Taken together, these changes represent a big step away from the idea that voting should happen on a specific day, in a specific place, at a specific time. They also help create some momentum for further changes like eliminating the 15-day voter registration blackout period and moving toward same-day registration.

Additionally, we know that the biggest barrier to voting for communities of color is lack of voter registration. This reform package will allow tens of thousands more Pennsylvanians to be registered to vote than otherwise would have, including many for whom vote-by-mail will play a determinative role in their ability to participate in the electoral process.

This is important because much of the opposition to the elimination of straight-ticket voting is rooted in a concern that the reform will disenfranchise voters of color. The most compelling evidence on this front is provided by the North Carolina example.

In 2014, following the elimination of the straight-ticket option, the state saw a decrease in down-ballot votes cast by voters of color. When we zoom out a bit, though, we can see that high-use rates of straight-ticket voting is, in part, an outgrowth of maps drawn with the goal of decreasing down-ballot competitiveness, aka gerrymandering.

The introduction of early voting, vote-by-mail, and a permanent mail-voter list of people who will always receive a ballot in the mail for every primary and general election could mean a major change for the better in how voters participate in Pennsylvania elections.

The high rate of straight-ticket voting in communities of color is, to a large extent, a function of Republican legislators packing Democratic voters of color into select districts. Districts that are packed in this way have a very limited possibility for competitive down-ballot races, so Democratic voters have little incentive not to press the straight party button.

Looking at North Carolina, the elimination of straight-ticket voting, without a contemporaneous move toward more competitive down-ballot races, resulted in an increase in the number of undervotes in communities of color.

Importantly, North Carolina will continue to be instructive here. As the state moves toward fairer maps—and more competitive down-ballot races—in 2020, we will be able to see whether the elimination of straight-ticket voting matters in districts with competitive races further down the ticket.

One additional point to consider about the safe-seat reps’ opposition to SB421 is that the expansion of voting access isn’t universally great for everybody, and safe-seat Democrats may have some self-preservation incentives they’re considering. Even while more time to vote and a shift toward vote-by-mail may be good for the statewide electoral fortunes of the Democratic Party, it could also introduce more of an X factor into primary elections, and safe-seat incumbents don’t like that.

It could mean more new voters and lower-propensity voters participating in primary elections, which are the main source of electoral competition for the safe-seat members.

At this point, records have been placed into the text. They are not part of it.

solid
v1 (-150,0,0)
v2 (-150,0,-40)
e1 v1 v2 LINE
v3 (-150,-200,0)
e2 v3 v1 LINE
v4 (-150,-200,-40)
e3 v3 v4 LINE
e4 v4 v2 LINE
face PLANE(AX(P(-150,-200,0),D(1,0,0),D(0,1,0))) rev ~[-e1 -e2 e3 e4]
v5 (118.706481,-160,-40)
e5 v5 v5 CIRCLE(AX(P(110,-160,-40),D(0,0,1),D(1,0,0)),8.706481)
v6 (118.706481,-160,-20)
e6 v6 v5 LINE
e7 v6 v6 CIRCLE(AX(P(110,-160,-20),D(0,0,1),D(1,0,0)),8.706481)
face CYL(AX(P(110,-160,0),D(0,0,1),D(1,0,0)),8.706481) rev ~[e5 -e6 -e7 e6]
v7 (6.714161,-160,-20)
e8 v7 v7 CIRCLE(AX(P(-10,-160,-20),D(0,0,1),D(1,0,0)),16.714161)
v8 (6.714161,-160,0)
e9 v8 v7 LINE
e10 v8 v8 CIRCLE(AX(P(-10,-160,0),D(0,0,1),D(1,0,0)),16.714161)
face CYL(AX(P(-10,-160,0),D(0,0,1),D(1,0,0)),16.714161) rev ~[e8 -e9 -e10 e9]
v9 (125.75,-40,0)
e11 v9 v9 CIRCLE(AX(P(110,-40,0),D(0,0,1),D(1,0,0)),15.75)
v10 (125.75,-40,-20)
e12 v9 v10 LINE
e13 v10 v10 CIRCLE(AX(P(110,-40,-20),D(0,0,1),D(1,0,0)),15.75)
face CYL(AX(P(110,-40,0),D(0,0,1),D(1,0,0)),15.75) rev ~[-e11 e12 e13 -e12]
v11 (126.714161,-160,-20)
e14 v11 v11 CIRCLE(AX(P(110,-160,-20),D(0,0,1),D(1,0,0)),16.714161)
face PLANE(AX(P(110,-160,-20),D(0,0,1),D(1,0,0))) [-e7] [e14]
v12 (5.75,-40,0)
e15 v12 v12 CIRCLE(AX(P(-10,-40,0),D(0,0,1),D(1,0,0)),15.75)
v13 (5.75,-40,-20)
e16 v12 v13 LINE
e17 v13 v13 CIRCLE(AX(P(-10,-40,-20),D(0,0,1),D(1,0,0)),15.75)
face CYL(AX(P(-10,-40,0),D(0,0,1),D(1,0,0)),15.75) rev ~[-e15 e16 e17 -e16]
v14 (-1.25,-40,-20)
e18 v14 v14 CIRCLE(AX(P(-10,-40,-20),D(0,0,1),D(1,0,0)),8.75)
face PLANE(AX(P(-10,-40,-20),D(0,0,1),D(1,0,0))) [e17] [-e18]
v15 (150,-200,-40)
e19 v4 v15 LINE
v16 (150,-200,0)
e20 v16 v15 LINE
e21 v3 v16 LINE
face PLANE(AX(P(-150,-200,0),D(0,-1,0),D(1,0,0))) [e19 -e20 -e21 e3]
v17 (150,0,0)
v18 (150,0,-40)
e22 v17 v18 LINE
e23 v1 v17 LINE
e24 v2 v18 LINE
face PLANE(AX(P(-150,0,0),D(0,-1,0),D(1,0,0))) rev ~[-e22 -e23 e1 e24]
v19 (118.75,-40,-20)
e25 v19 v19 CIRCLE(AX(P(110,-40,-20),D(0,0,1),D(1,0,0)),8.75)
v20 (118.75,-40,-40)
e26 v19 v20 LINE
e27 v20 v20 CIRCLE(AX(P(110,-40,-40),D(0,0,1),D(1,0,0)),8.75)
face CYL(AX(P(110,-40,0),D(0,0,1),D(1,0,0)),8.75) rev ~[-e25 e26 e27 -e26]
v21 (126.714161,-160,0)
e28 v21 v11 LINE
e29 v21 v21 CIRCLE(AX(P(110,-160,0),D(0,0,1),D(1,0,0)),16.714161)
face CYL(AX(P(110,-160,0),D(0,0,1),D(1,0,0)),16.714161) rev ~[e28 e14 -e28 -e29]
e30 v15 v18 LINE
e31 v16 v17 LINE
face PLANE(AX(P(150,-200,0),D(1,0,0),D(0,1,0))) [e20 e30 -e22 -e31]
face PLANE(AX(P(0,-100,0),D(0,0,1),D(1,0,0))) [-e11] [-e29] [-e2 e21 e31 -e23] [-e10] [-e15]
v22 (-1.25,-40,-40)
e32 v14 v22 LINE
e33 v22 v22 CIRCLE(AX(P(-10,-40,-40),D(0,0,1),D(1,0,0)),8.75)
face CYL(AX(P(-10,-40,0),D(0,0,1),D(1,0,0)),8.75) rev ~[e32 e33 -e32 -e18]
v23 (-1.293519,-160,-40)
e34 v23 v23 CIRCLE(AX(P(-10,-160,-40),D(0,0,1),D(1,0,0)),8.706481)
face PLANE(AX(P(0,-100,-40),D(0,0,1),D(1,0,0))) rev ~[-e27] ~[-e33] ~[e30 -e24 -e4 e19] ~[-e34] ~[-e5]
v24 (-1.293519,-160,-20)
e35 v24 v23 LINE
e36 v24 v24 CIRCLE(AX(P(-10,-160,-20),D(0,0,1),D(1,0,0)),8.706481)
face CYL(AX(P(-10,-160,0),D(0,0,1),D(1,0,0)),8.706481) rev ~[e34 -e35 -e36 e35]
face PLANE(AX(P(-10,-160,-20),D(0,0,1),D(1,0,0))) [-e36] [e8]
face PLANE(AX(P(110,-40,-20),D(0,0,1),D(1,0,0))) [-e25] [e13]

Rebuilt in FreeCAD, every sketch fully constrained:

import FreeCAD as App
import Part
import Sketcher

V = App.Vector
Q = App.Units.Quantity

doc = App.newDocument("Part")
body = doc.addObject("PartDesign::Body", "Body")

# Sketch on XY plane
sketch1 = body.newObject("Sketcher::SketchObject", "Sketch")
sketch1.AttachmentSupport = (doc.getObject("XY_Plane"), [""])
sketch1.MapMode = "FlatFace"
sketch1.addGeometry([
    Part.LineSegment(V(-150, 0, 0), V(-150, -200, 0)),  # 0
    Part.LineSegment(V(-150, -200, 0), V(150, -200, 0)),  # 1
    Part.LineSegment(V(150, -200, 0), V(150, 0, 0)),  # 2
    Part.LineSegment(V(150, 0, 0), V(-150, 0, 0)),  # 3
    Part.Circle(V(-10, -160, 0), V(0, 0, 1), 9),  # 4
    Part.Circle(V(110, -160, 0), V(0, 0, 1), 9),  # 5
    Part.Circle(V(-10, -40, 0), V(0, 0, 1), 9),  # 6
    Part.Circle(V(110, -40, 0), V(0, 0, 1), 9),  # 7
], False)
sketch1.addConstraint([
    Sketcher.Constraint("Coincident", 0, 2, 1, 1),
    Sketcher.Constraint("Coincident", 1, 2, 2, 1),
    Sketcher.Constraint("Coincident", 2, 2, 3, 1),
    Sketcher.Constraint("Coincident", 3, 2, 0, 1),
    Sketcher.Constraint("Vertical", 0),
    Sketcher.Constraint("Horizontal", 1),
    Sketcher.Constraint("Vertical", 2),
    Sketcher.Constraint("Horizontal", 3),
    Sketcher.Constraint("Equal", 4, 5),
    Sketcher.Constraint("Equal", 6, 7),
    Sketcher.Constraint("Symmetric", 2, 2, 3, 2, -1, 1),
    Sketcher.Constraint("Horizontal", 4, 3, 5, 3),
    Sketcher.Constraint("Horizontal", 6, 3, 7, 3),
    Sketcher.Constraint("Vertical", 4, 3, 6, 3),
    Sketcher.Constraint("Vertical", 5, 3, 7, 3),
    Sketcher.Constraint("Diameter", 6, Q("17.5 mm")),
    Sketcher.Constraint("DistanceX", 1, 1, 1, 2, Q("300 mm")),
    Sketcher.Constraint("DistanceY", 0, 2, 0, 1, Q("200 mm")),
    Sketcher.Constraint("DistanceX", 4, 3, -1, 1, Q("10 mm")),
    Sketcher.Constraint("DistanceY", 4, 3, -1, 1, Q("160 mm")),
    Sketcher.Constraint("DistanceX", -1, 1, 5, 3, Q("110 mm")),
    Sketcher.Constraint("DistanceY", 6, 3, -1, 1, Q("40 mm")),
    Sketcher.Constraint("Diameter", 4, Q("17.412962 mm")),
])
pad1 = body.newObject("PartDesign::Pad", "Pad")
pad1.Profile = sketch1
pad1.Length = 40
pad1.Reversed = True

# Sketch on XY plane
sketch2 = body.newObject("Sketcher::SketchObject", "Sketch001")
sketch2.AttachmentSupport = (doc.getObject("XY_Plane"), [""])
sketch2.MapMode = "FlatFace"
sketch2.addGeometry([
    Part.Circle(V(-10, -160, 0), V(0, 0, 1), 17),  # 0
    Part.Circle(V(-10, -160, 0), V(0, 0, 1), 9),  # 1
    Part.Circle(V(110, -160, 0), V(0, 0, 1), 17),  # 2
    Part.Circle(V(110, -160, 0), V(0, 0, 1), 9),  # 3
    Part.Circle(V(-10, -40, 0), V(0, 0, 1), 16),  # 4
    Part.Circle(V(-10, -40, 0), V(0, 0, 1), 9),  # 5
    Part.Circle(V(110, -40, 0), V(0, 0, 1), 16),  # 6
    Part.Circle(V(110, -40, 0), V(0, 0, 1), 9),  # 7
], False)
sketch2.addConstraint([
    Sketcher.Constraint("Coincident", 1, 3, 0, 3),
    Sketcher.Constraint("Coincident", 3, 3, 2, 3),
    Sketcher.Constraint("Coincident", 5, 3, 4, 3),
    Sketcher.Constraint("Coincident", 7, 3, 6, 3),
    Sketcher.Constraint("Equal", 0, 2),
    Sketcher.Constraint("Equal", 1, 3),
    Sketcher.Constraint("Equal", 4, 6),
    Sketcher.Constraint("Equal", 5, 7),
    Sketcher.Constraint("Horizontal", 1, 3, 2, 3),
    Sketcher.Constraint("Horizontal", 5, 3, 6, 3),
    Sketcher.Constraint("Vertical", 1, 3, 4, 3),
    Sketcher.Constraint("Vertical", 3, 3, 6, 3),
    Sketcher.Constraint("Diameter", 4, Q("31.5 mm")),
    Sketcher.Constraint("Diameter", 5, Q("17.5 mm")),
    Sketcher.Constraint("DistanceX", 0, 3, -1, 1, Q("10 mm")),
    Sketcher.Constraint("DistanceY", 0, 3, -1, 1, Q("160 mm")),
    Sketcher.Constraint("DistanceX", -1, 1, 2, 3, Q("110 mm")),
    Sketcher.Constraint("DistanceY", 4, 3, -1, 1, Q("40 mm")),
    Sketcher.Constraint("Diameter", 0, Q("33.428323 mm")),
    Sketcher.Constraint("Diameter", 1, Q("17.412962 mm")),
])
pocket1 = body.newObject("PartDesign::Pocket", "Pocket")
pocket1.Profile = sketch2
pocket1.Length = 20

doc.recompute()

That’s why some safe-seat Republicans were also grumbling about SB421. Vote-by-mail, early voting, and an extended voter registration deadline will reward more organized campaigns who can make effective use of the 50-day mail-in window to communicate with voters and bank lots of votes before Election Day.

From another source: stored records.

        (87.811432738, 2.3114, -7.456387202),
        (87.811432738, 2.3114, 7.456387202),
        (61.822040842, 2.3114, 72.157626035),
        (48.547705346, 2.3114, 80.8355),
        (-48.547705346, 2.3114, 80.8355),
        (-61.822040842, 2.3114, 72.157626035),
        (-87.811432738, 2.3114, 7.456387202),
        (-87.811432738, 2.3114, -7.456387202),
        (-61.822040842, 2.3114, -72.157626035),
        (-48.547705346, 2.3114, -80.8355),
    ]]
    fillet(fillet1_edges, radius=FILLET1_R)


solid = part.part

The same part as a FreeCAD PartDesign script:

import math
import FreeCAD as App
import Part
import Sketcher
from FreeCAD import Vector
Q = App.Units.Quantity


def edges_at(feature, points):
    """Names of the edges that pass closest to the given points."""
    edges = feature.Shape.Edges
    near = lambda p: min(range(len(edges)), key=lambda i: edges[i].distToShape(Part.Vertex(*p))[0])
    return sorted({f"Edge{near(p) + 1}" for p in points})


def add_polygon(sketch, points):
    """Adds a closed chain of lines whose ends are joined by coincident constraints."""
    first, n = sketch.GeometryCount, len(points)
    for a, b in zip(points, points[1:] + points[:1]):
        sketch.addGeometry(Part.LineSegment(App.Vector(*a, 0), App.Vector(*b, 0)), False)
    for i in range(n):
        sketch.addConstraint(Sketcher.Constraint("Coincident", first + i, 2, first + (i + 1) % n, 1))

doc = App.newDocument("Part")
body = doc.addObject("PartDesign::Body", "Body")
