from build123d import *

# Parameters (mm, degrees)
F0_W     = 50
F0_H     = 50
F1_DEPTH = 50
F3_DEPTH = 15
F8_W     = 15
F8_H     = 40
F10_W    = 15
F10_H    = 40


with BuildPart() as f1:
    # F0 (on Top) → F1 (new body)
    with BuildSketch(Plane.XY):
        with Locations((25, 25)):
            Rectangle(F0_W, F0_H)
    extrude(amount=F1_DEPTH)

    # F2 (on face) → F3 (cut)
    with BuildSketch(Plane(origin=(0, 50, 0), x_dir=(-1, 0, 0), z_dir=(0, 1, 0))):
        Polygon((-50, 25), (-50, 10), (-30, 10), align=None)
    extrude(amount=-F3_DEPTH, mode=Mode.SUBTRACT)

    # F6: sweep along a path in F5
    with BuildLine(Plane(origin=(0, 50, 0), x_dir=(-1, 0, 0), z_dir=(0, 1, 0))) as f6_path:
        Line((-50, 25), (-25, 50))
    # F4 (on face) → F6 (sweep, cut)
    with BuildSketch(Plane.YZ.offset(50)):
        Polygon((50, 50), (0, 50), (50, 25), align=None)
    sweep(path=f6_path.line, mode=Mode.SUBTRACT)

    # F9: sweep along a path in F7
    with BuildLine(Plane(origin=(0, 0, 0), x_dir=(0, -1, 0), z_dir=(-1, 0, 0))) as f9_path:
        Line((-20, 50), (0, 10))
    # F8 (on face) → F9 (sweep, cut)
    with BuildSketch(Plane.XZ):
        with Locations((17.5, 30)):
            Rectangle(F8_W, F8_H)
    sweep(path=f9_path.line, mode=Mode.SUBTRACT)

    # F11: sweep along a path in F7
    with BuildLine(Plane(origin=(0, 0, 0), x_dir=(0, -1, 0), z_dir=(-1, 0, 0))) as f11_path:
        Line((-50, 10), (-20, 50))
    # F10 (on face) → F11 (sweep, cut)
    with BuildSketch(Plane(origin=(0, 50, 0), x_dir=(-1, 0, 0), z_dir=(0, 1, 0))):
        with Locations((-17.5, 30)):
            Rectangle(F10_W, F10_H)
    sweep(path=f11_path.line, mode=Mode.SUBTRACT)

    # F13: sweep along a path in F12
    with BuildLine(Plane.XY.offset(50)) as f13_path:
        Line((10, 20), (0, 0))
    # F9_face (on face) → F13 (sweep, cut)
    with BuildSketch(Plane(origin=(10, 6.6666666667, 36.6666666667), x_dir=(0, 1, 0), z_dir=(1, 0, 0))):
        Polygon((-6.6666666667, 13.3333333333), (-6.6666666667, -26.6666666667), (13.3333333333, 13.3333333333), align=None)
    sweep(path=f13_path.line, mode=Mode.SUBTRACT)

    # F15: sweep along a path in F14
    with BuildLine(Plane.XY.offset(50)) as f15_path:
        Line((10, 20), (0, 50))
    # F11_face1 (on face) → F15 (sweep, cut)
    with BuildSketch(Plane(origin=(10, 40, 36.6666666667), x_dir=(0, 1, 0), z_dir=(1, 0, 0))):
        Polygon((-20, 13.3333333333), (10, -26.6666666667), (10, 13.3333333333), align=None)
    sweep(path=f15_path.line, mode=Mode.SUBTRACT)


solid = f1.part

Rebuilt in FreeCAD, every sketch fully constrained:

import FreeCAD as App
import Part
import Sketcher

V = App.Vector
Q = App.Units.Quantity


def add_polygon(sketch, points):
    """Adds a closed chain of lines whose ends are joined by coincident constraints."""
    first, n = sketch.GeometryCount, len(points)
    for a, b in zip(points, points[1:] + points[:1]):
        sketch.addGeometry(Part.LineSegment(App.Vector(*a, 0), App.Vector(*b, 0)), False)
    for i in range(n):
        sketch.addConstraint(Sketcher.Constraint("Coincident", first + i, 2, first + (i + 1) % n, 1))

doc = App.newDocument("Part")
params = doc.addObject("Spreadsheet::Sheet", "Params")
for row, (alias, value) in enumerate([
    ("sketch1_width", "50 mm"),
    ("pad1_length", "50 mm"),
    ("sketch2_width", "20 mm"),
    ("sketch2_height", "15 mm"),
    ("pocket1_length", "15 mm"),
    ("sketch3_width", "50 mm"),
    ("sketch3_height", "25 mm"),
    ("sketch5_width", "15 mm"),
    ("sketch5_height", "40 mm"),
    ("sketch7_width", "15 mm"),
    ("sketch7_height", "40 mm"),
    ("sketch8_width", "50 mm"),
    ("sketch9_width", "20 mm"),
    ("sketch9_height", "40 mm"),
    ("sketch11_width", "30 mm"),
    ("sketch11_height", "40 mm"),
], start=1):
    params.set(f"A{row}", alias)
    params.set(f"B{row}", "=" + value)
    params.setAlias(f"B{row}", alias)

body = doc.addObject("PartDesign::Body", "Body")

# Sketch on XY plane
sketch1 = doc.addObject("Sketcher::SketchObject", "Sketch")
body.addObject(sketch1)
sketch1.AttachmentSupport = (doc.XY_Plane, [""])
sketch1.MapMode = "FlatFace"
add_polygon(sketch1, [(0, 50), (0, 0), (50, 0), (50, 50)])  # lines 0-3
sketch1.addConstraint(Sketcher.Constraint("Vertical", 0))
sketch1.addConstraint(Sketcher.Constraint("Horizontal", 1))
sketch1.addConstraint(Sketcher.Constraint("Vertical", 2))
sketch1.addConstraint(Sketcher.Constraint("Horizontal", 3))
sketch1.addConstraint(Sketcher.Constraint("Coincident", 0, 2, -1, 1))
sketch1.addConstraint(Sketcher.Constraint("Equal", 3, 0))
sketch1.addConstraint(Sketcher.Constraint("DistanceX", 1, 1, 1, 2, Q("50 mm")))
sketch1.setExpression("Constraints[10]", "Params.sketch1_width")
pad1 = doc.addObject("PartDesign::Pad", "Pad")
body.addObject(pad1)
pad1.Profile = sketch1
pad1.setExpression("Length", "Params.pad1_length")

# Sketch on XZ plane
sketch2 = doc.addObject("Sketcher::SketchObject", "Sketch001")
body.addObject(sketch2)
sketch2.AttachmentSupport = (doc.XZ_Plane, [""])
sketch2.MapMode = "FlatFace"
sketch2.AttachmentOffset = App.Placement(V(0, 0, -50), App.Rotation())
add_polygon(sketch2, [(50, 25), (50, 10), (30, 10)])  # lines 0-2
sketch2.addConstraint(Sketcher.Constraint("Vertical", 0))
sketch2.addConstraint(Sketcher.Constraint("Horizontal", 1))
sketch2.addConstraint(Sketcher.Constraint("DistanceX", 1, 2, 1, 1, Q("20 mm")))
sketch2.addConstraint(Sketcher.Constraint("DistanceY", 0, 2, 0, 1, Q("15 mm")))
sketch2.addConstraint(Sketcher.Constraint("DistanceX", -1, 1, 0, 2, Q("50 mm")))
sketch2.addConstraint(Sketcher.Constraint("DistanceY", -1, 1, 0, 2, Q("10 mm")))
sketch2.setExpression("Constraints[5]", "Params.sketch2_width")
sketch2.setExpression("Constraints[6]", "Params.sketch2_height")
pocket1 = doc.addObject("PartDesign::Pocket", "Pocket")
body.addObject(pocket1)
pocket1.Profile = sketch2
pocket1.setExpression("Length", "Params.pocket1_length")
pocket1.Reversed = True

# Sketch on YZ plane
sketch3 = doc.addObject("Sketcher::SketchObject", "Sketch002")
body.addObject(sketch3)
sketch3.AttachmentSupport = (doc.YZ_Plane, [""])
sketch3.MapMode = "FlatFace"
sketch3.AttachmentOffset = App.Placement(V(0, 0, 50), App.Rotation())
add_polygon(sketch3, [(50, 50), (0, 50), (50, 25)])  # lines 0-2
sketch3.addConstraint(Sketcher.Constraint("Horizontal", 0))
sketch3.addConstraint(Sketcher.Constraint("Vertical", 2))
sketch3.addConstraint(Sketcher.Constraint("PointOnObject", 0, 2, -2))
sketch3.addConstraint(Sketcher.Constraint("DistanceX", 0, 2, 0, 1, Q("50 mm")))
sketch3.addConstraint(Sketcher.Constraint("DistanceY", 2, 1, 2, 2, Q("25 mm")))
sketch3.addConstraint(Sketcher.Constraint("DistanceY", -1, 1, 0, 2, Q("50 mm")))
sketch3.setExpression("Constraints[6]", "Params.sketch3_width")
sketch3.setExpression("Constraints[7]", "Params.sketch3_height")

# Sketch on an angled plane
sketch4 = doc.addObject("Sketcher::SketchObject", "Sketch003")
body.addObject(sketch4)
sketch4.Placement = App.Placement(V(37.5, 0, 37.5), App.Rotation(V(-0.707106781, 0, 0.707106781), V(0, 0.999999999, 0), V(-0.707106781, 0, -0.707106781), "ZXY"))
sketch4.addGeometry(Part.LineSegment(V(-18, 50, 0), V(18, 50, 0)), False)
sketch4.addConstraint(Sketcher.Constraint("Horizontal", 0))
sketch4.addConstraint(Sketcher.Constraint("DistanceY", -1, 1, 0, 1, Q("50 mm")))
sketch4.addConstraint(Sketcher.Constraint("DistanceX", 0, 1, 0, 2, Q("35.355339 mm")))
sketch4.addConstraint(Sketcher.Constraint("DistanceX", 0, 1, -1, 1, Q("17.67767 mm")))
doc.recompute()

subtractivepipe = doc.addObject("PartDesign::SubtractivePipe", "SubtractivePipe")
body.addObject(subtractivepipe)
subtractivepipe.Profile = sketch3
subtractivepipe.Spine = (sketch4, ["Edge1"])

# Sketch on XZ plane
sketch5 = doc.addObject("Sketcher::SketchObject", "Sketch004")
body.addObject(sketch5)
sketch5.AttachmentSupport = (doc.XZ_Plane, [""])
sketch5.MapMode = "FlatFace"
add_polygon(sketch5, [(10, 50), (10, 10), (25, 10), (25, 50)])  # lines 0-3
sketch5.addConstraint(Sketcher.Constraint("Vertical", 0))
sketch5.addConstraint(Sketcher.Constraint("Horizontal", 1))
sketch5.addConstraint(Sketcher.Constraint("Vertical", 2))
sketch5.addConstraint(Sketcher.Constraint("Horizontal", 3))
sketch5.addConstraint(Sketcher.Constraint("DistanceX", 1, 1, 1, 2, Q("15 mm")))
sketch5.addConstraint(Sketcher.Constraint("DistanceY", 0, 2, 0, 1, Q("40 mm")))
sketch5.addConstraint(Sketcher.Constraint("DistanceX", -1, 1, 0, 2, Q("10 mm")))
sketch5.addConstraint(Sketcher.Constraint("DistanceY", -1, 1, 0, 2, Q("10 mm")))
sketch5.setExpression("Constraints[8]", "Params.sketch5_width")
sketch5.setExpression("Constraints[9]", "Params.sketch5_height")

# Sketch on an angled plane
sketch6 = doc.addObject("Sketcher::SketchObject", "Sketch005")
body.addObject(sketch6)
sketch6.Placement = App.Placement(V(0, -4, 2), App.Rotation(V(0, 0.447213595, 0.894427191), V(1, 0, 0), V(0, 0.894427191, -0.447213595), "ZXY"))
sketch6.addGeometry(Part.LineSegment(V(54, 0, 0), V(9, 0, 0)), False)
sketch6.addConstraint(Sketcher.Constraint("Horizontal", 0))
sketch6.addConstraint(Sketcher.Constraint("PointOnObject", 0, 1, -1))
sketch6.addConstraint(Sketcher.Constraint("DistanceX", 0, 2, 0, 1, Q("44.72136 mm")))
sketch6.addConstraint(Sketcher.Constraint("DistanceX", -1, 1, 0, 1, Q("53.665631 mm")))
doc.recompute()

subtractivepipe2 = doc.addObject("PartDesign::SubtractivePipe", "SubtractivePipe001")
body.addObject(subtractivepipe2)
subtractivepipe2.Profile = sketch5
subtractivepipe2.Spine = (sketch6, ["Edge1"])

# Sketch on XZ plane
sketch7 = doc.addObject("Sketcher::SketchObject", "Sketch006")
body.addObject(sketch7)
sketch7.AttachmentSupport = (doc.XZ_Plane, [""])
sketch7.MapMode = "FlatFace"
sketch7.AttachmentOffset = App.Placement(V(0, 0, -50), App.Rotation())
add_polygon(sketch7, [(25, 50), (25, 10), (10, 10), (10, 50)])  # lines 0-3
sketch7.addConstraint(Sketcher.Constraint("Vertical", 0))
sketch7.addConstraint(Sketcher.Constraint("Horizontal", 1))
sketch7.addConstraint(Sketcher.Constraint("Vertical", 2))
sketch7.addConstraint(Sketcher.Constraint("Horizontal", 3))
sketch7.addConstraint(Sketcher.Constraint("DistanceX", 1, 2, 1, 1, Q("15 mm")))
sketch7.addConstraint(Sketcher.Constraint("DistanceY", 0, 2, 0, 1, Q("40 mm")))
sketch7.addConstraint(Sketcher.Constraint("DistanceX", -1, 1, 0, 2, Q("25 mm")))
sketch7.addConstraint(Sketcher.Constraint("DistanceY", -1, 1, 0, 2, Q("10 mm")))
sketch7.setExpression("Constraints[8]", "Params.sketch7_width")
sketch7.setExpression("Constraints[9]", "Params.sketch7_height")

The typical Democratic ward’s Get Out the Vote operation, as it currently exists, is not going to be super adept at influencing voters this early, since the reigning approach is built around influencing voters with sample ballots as they walk into the polling place.

As more people opt to fill out their ballots at home, the further things move away from the physical polling place being the focal point of voter persuasion activity, and the more politicians who rely mostly on traditional ward support to win primaries will be left at a disadvantage.

Seen in that light, it’s not too surprising that many safe-seat Democrats seemed to find their reasons for being against the biggest expansion of voting access in Pennsylvania in 80 years.

Jon Geeting is the director of engagement at Philadelphia 3.0, a political action committee that supports efforts to reform and modernize City Hall. This is part of a series of articles running in both The Citizen and 3.0’s blog.